-- MATERIAL PROVIDED --
--- START ---

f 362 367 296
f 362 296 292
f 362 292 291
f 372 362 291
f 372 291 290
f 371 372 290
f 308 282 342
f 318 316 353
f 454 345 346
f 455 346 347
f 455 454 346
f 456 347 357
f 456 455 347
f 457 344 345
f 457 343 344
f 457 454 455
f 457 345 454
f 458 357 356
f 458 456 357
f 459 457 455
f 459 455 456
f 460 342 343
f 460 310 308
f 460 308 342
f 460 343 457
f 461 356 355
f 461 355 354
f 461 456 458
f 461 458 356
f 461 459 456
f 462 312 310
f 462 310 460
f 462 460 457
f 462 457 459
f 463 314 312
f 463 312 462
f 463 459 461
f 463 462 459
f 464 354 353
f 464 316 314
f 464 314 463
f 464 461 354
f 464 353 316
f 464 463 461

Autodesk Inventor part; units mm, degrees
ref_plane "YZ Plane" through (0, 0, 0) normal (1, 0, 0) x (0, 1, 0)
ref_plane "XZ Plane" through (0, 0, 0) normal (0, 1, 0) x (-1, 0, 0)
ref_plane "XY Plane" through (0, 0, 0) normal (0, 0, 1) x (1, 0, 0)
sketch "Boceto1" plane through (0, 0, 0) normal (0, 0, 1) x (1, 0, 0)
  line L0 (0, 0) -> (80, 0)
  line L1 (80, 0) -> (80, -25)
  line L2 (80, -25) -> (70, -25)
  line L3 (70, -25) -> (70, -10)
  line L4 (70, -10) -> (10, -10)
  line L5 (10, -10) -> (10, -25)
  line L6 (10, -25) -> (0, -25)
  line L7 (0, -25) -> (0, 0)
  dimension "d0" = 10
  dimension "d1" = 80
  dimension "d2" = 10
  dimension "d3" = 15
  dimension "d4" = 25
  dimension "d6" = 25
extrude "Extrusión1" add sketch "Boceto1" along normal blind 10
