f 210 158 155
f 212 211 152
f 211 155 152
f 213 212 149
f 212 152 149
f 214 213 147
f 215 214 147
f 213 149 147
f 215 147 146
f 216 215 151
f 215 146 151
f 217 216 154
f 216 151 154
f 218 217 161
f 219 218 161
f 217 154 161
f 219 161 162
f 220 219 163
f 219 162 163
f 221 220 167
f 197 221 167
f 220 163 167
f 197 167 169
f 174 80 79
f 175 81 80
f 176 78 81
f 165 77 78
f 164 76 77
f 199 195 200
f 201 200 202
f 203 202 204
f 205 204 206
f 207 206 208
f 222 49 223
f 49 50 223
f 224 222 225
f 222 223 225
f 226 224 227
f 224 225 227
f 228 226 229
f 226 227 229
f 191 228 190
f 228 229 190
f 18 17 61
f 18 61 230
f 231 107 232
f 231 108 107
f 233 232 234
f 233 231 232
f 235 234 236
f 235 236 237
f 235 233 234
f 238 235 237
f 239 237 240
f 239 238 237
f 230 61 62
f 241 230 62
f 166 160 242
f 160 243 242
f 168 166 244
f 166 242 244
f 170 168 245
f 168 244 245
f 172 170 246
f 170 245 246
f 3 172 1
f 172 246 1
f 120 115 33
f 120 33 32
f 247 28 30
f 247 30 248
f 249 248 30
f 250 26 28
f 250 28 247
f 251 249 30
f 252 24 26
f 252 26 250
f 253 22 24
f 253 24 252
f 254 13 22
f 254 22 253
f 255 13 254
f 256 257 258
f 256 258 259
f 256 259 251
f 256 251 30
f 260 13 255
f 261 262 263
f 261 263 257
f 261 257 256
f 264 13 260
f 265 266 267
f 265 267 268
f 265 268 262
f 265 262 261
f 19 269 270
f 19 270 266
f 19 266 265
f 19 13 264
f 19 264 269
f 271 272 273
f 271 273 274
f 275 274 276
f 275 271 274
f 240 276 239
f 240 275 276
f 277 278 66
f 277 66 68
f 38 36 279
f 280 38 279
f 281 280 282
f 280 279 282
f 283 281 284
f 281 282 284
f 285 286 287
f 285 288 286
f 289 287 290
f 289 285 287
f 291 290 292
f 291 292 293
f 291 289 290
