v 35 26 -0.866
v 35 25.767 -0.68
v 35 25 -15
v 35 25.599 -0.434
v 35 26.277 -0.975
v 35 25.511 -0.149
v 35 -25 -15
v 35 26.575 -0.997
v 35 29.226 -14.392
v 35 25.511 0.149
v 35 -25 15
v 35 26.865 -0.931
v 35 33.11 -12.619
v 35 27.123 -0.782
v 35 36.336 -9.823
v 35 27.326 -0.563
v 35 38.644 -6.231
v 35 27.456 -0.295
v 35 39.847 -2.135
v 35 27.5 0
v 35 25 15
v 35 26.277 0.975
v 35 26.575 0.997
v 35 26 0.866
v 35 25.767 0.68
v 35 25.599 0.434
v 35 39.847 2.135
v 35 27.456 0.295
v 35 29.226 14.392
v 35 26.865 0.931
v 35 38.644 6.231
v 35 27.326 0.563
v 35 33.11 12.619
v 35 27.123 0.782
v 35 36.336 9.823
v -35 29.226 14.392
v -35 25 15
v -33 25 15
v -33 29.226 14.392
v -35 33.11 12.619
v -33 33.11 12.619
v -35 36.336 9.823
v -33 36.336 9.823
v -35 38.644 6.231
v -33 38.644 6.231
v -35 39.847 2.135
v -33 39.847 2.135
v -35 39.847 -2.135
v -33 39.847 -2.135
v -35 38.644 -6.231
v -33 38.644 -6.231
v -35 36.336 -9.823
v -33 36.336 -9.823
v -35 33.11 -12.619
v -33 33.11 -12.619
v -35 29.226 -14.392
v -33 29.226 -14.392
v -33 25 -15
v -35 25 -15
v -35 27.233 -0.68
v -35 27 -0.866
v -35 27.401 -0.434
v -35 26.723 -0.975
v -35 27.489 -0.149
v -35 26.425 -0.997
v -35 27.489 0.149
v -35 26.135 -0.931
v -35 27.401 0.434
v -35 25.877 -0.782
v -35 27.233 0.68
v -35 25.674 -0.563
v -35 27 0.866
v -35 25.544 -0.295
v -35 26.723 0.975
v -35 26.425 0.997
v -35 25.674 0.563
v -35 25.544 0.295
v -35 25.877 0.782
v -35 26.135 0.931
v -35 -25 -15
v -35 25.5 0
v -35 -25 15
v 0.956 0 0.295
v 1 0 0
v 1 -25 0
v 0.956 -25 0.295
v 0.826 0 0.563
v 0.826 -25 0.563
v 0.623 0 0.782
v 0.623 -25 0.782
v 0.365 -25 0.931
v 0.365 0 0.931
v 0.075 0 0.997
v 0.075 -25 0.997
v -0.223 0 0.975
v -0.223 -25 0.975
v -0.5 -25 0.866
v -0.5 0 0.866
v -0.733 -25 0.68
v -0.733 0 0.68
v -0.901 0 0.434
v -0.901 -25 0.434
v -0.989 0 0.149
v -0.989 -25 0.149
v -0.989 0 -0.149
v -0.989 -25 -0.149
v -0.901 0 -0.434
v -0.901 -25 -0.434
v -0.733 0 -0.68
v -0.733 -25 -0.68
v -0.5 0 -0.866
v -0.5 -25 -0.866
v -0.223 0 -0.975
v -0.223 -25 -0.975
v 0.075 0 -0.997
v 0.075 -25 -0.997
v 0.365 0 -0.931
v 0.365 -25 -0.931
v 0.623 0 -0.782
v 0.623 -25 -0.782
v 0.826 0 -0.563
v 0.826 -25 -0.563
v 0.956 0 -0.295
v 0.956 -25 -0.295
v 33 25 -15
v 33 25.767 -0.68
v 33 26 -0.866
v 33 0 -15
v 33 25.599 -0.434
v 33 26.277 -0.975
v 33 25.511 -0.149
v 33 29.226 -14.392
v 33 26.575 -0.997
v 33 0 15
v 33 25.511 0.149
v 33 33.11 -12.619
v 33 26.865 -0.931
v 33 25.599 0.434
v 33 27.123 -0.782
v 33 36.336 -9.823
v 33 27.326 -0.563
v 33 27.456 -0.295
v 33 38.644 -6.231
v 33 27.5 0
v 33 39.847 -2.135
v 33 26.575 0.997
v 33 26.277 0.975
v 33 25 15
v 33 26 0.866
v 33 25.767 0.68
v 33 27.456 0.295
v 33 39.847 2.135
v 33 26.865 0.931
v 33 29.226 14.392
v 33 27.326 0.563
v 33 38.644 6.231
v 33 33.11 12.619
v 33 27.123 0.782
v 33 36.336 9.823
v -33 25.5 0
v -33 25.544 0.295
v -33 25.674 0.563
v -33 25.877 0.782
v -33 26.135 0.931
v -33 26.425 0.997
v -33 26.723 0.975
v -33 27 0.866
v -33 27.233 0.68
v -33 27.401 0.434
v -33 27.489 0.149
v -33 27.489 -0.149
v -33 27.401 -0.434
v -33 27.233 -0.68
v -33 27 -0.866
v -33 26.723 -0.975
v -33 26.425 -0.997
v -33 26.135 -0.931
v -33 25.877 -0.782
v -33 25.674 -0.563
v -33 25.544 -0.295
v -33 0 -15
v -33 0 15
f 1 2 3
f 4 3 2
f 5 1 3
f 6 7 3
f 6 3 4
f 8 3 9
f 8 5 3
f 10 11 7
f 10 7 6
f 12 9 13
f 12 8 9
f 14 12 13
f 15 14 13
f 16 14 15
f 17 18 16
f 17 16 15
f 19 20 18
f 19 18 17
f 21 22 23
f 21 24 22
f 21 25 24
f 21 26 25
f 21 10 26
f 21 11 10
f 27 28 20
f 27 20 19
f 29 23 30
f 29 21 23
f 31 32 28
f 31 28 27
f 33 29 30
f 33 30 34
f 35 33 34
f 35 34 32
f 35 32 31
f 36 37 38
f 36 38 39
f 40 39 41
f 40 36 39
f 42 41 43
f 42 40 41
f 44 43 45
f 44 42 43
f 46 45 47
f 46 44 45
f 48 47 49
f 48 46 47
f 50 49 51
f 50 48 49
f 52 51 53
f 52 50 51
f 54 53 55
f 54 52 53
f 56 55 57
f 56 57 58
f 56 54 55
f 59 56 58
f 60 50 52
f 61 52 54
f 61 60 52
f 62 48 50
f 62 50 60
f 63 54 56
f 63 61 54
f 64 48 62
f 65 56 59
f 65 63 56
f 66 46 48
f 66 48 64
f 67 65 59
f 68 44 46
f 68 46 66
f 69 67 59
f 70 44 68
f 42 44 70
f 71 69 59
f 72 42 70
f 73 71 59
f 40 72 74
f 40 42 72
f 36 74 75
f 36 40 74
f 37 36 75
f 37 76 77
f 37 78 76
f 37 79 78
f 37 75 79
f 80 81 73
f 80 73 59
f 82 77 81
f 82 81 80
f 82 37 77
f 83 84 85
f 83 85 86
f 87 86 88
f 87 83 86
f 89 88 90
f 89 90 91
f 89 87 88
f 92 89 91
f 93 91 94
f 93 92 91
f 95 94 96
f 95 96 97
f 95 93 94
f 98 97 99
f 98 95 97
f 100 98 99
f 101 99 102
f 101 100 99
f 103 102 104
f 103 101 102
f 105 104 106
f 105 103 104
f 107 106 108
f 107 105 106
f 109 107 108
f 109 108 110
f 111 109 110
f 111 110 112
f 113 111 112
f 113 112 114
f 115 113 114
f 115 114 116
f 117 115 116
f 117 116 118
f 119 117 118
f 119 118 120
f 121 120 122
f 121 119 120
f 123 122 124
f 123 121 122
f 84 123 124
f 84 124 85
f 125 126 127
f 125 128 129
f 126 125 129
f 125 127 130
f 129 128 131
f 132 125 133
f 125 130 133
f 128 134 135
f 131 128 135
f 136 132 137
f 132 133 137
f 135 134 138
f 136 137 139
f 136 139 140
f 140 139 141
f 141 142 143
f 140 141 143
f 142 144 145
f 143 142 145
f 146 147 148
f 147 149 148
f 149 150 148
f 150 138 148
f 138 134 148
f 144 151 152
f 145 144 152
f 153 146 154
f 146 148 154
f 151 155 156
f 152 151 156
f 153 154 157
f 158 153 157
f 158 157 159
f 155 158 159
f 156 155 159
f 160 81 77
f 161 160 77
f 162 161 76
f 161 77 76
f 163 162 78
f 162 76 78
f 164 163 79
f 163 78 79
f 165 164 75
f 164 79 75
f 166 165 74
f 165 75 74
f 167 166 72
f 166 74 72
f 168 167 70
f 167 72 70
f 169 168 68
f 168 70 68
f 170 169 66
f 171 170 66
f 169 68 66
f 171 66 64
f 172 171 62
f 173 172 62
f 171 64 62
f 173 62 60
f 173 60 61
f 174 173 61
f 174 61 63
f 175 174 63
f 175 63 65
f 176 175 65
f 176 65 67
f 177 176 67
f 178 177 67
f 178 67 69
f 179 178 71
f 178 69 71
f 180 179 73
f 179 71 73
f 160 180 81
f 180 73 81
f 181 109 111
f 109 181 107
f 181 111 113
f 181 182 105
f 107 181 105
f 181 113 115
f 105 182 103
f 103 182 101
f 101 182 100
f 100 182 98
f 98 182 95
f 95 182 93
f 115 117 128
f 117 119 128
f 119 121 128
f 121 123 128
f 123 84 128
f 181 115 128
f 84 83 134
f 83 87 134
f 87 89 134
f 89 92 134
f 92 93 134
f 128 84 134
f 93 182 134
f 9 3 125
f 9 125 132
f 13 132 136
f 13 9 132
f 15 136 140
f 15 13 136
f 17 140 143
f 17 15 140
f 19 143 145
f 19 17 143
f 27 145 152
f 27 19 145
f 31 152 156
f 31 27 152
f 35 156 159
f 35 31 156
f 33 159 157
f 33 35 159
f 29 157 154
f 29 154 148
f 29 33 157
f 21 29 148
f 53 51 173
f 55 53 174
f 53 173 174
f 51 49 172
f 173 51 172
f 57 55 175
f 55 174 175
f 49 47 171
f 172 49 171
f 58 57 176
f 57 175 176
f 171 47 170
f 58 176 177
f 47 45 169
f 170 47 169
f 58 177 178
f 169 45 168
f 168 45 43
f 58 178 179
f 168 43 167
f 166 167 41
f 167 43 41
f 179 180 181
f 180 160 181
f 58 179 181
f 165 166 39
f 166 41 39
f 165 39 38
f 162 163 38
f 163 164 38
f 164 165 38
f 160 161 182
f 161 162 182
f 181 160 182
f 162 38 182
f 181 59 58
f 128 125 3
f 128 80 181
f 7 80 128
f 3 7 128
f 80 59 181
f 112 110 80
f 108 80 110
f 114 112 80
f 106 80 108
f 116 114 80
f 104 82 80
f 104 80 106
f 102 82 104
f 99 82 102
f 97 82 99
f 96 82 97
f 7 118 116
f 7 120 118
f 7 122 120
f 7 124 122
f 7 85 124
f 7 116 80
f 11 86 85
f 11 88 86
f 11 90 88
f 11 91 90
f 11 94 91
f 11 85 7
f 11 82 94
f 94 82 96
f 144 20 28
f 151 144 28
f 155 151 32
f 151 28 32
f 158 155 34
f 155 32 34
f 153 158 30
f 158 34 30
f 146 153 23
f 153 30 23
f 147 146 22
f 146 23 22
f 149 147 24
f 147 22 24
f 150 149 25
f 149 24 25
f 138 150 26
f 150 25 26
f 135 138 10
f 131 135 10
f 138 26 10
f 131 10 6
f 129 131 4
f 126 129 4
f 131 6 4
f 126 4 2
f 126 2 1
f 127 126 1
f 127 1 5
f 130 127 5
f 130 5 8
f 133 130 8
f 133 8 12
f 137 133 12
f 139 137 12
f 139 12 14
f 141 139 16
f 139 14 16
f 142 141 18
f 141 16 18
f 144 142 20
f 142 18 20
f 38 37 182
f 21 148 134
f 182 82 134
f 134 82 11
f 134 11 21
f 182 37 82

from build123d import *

# Parameters (mm, degrees)
F0_W     = 2
F0_H     = 30
F0_W_2   = 66
F0_R     = 1
F1_DEPTH = 25
F2_DEPTH = 25
F3_R     = 1
F4_DEPTH = 2
F5_R     = 1
F6_DEPTH = 2


# Not quite as in the source:
# - a feature names something its author has since deleted; it is built from what else it names


with BuildPart() as f1:
    # F0 (on Front) → F1 (new body)
    with BuildSketch(Plane.XZ):
        with Locations((-34, 0)):
            Rectangle(F0_W, F0_H)
        with Locations((34, 0)):
            Rectangle(F0_W, F0_H)
        Rectangle(F0_W_2, F0_H)
        Circle(F0_R, mode=Mode.SUBTRACT)
    extrude(amount=F1_DEPTH)

    # F0 (on Front) → F2 (join)
    with BuildSketch(Plane.XZ):
        with Locations((34, 0)):
            Rectangle(F0_W, F0_H)
        with Locations((-34, 0)):
            Rectangle(F0_W, F0_H)
    extrude(amount=-F2_DEPTH)

    # F3 (on face) → F4 (join)
    with BuildSketch(Plane.YZ.offset(35)):
        with BuildLine():
            Line((25, 15), (25, -15))
            ThreePointArc((25, -15), (40, 0), (25, 15))
        make_face()
        with Locations((26.5, 0)):
            Circle(F3_R, mode=Mode.SUBTRACT)
    extrude(amount=-F4_DEPTH)

    # F5 (on face) → F6 (join)
    with BuildSketch(Plane(origin=(-35, 0, 0), x_dir=(0, -1, 0), z_dir=(-1, 0, 0))):
        with BuildLine():
            Line((-25, -15), (-25, 15))
            ThreePointArc((-25, 15), (-40, 0), (-25, -15))
        make_face()
        with Locations((-26.5, 0)):
            Circle(F5_R, mode=Mode.SUBTRACT)
    extrude(amount=-F6_DEPTH)


solid = f1.part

--- END ---

-- WORK REQUEST --
In the listing above, find every line with the word "dimension" and copy it.

-- SOLUTION TO THE EXERCISE --
  dimension "d0" = 10
  dimension "d1" = 80
  dimension "d2" = 10
  dimension "d3" = 15
  dimension "d4" = 25
  dimension "d6" = 25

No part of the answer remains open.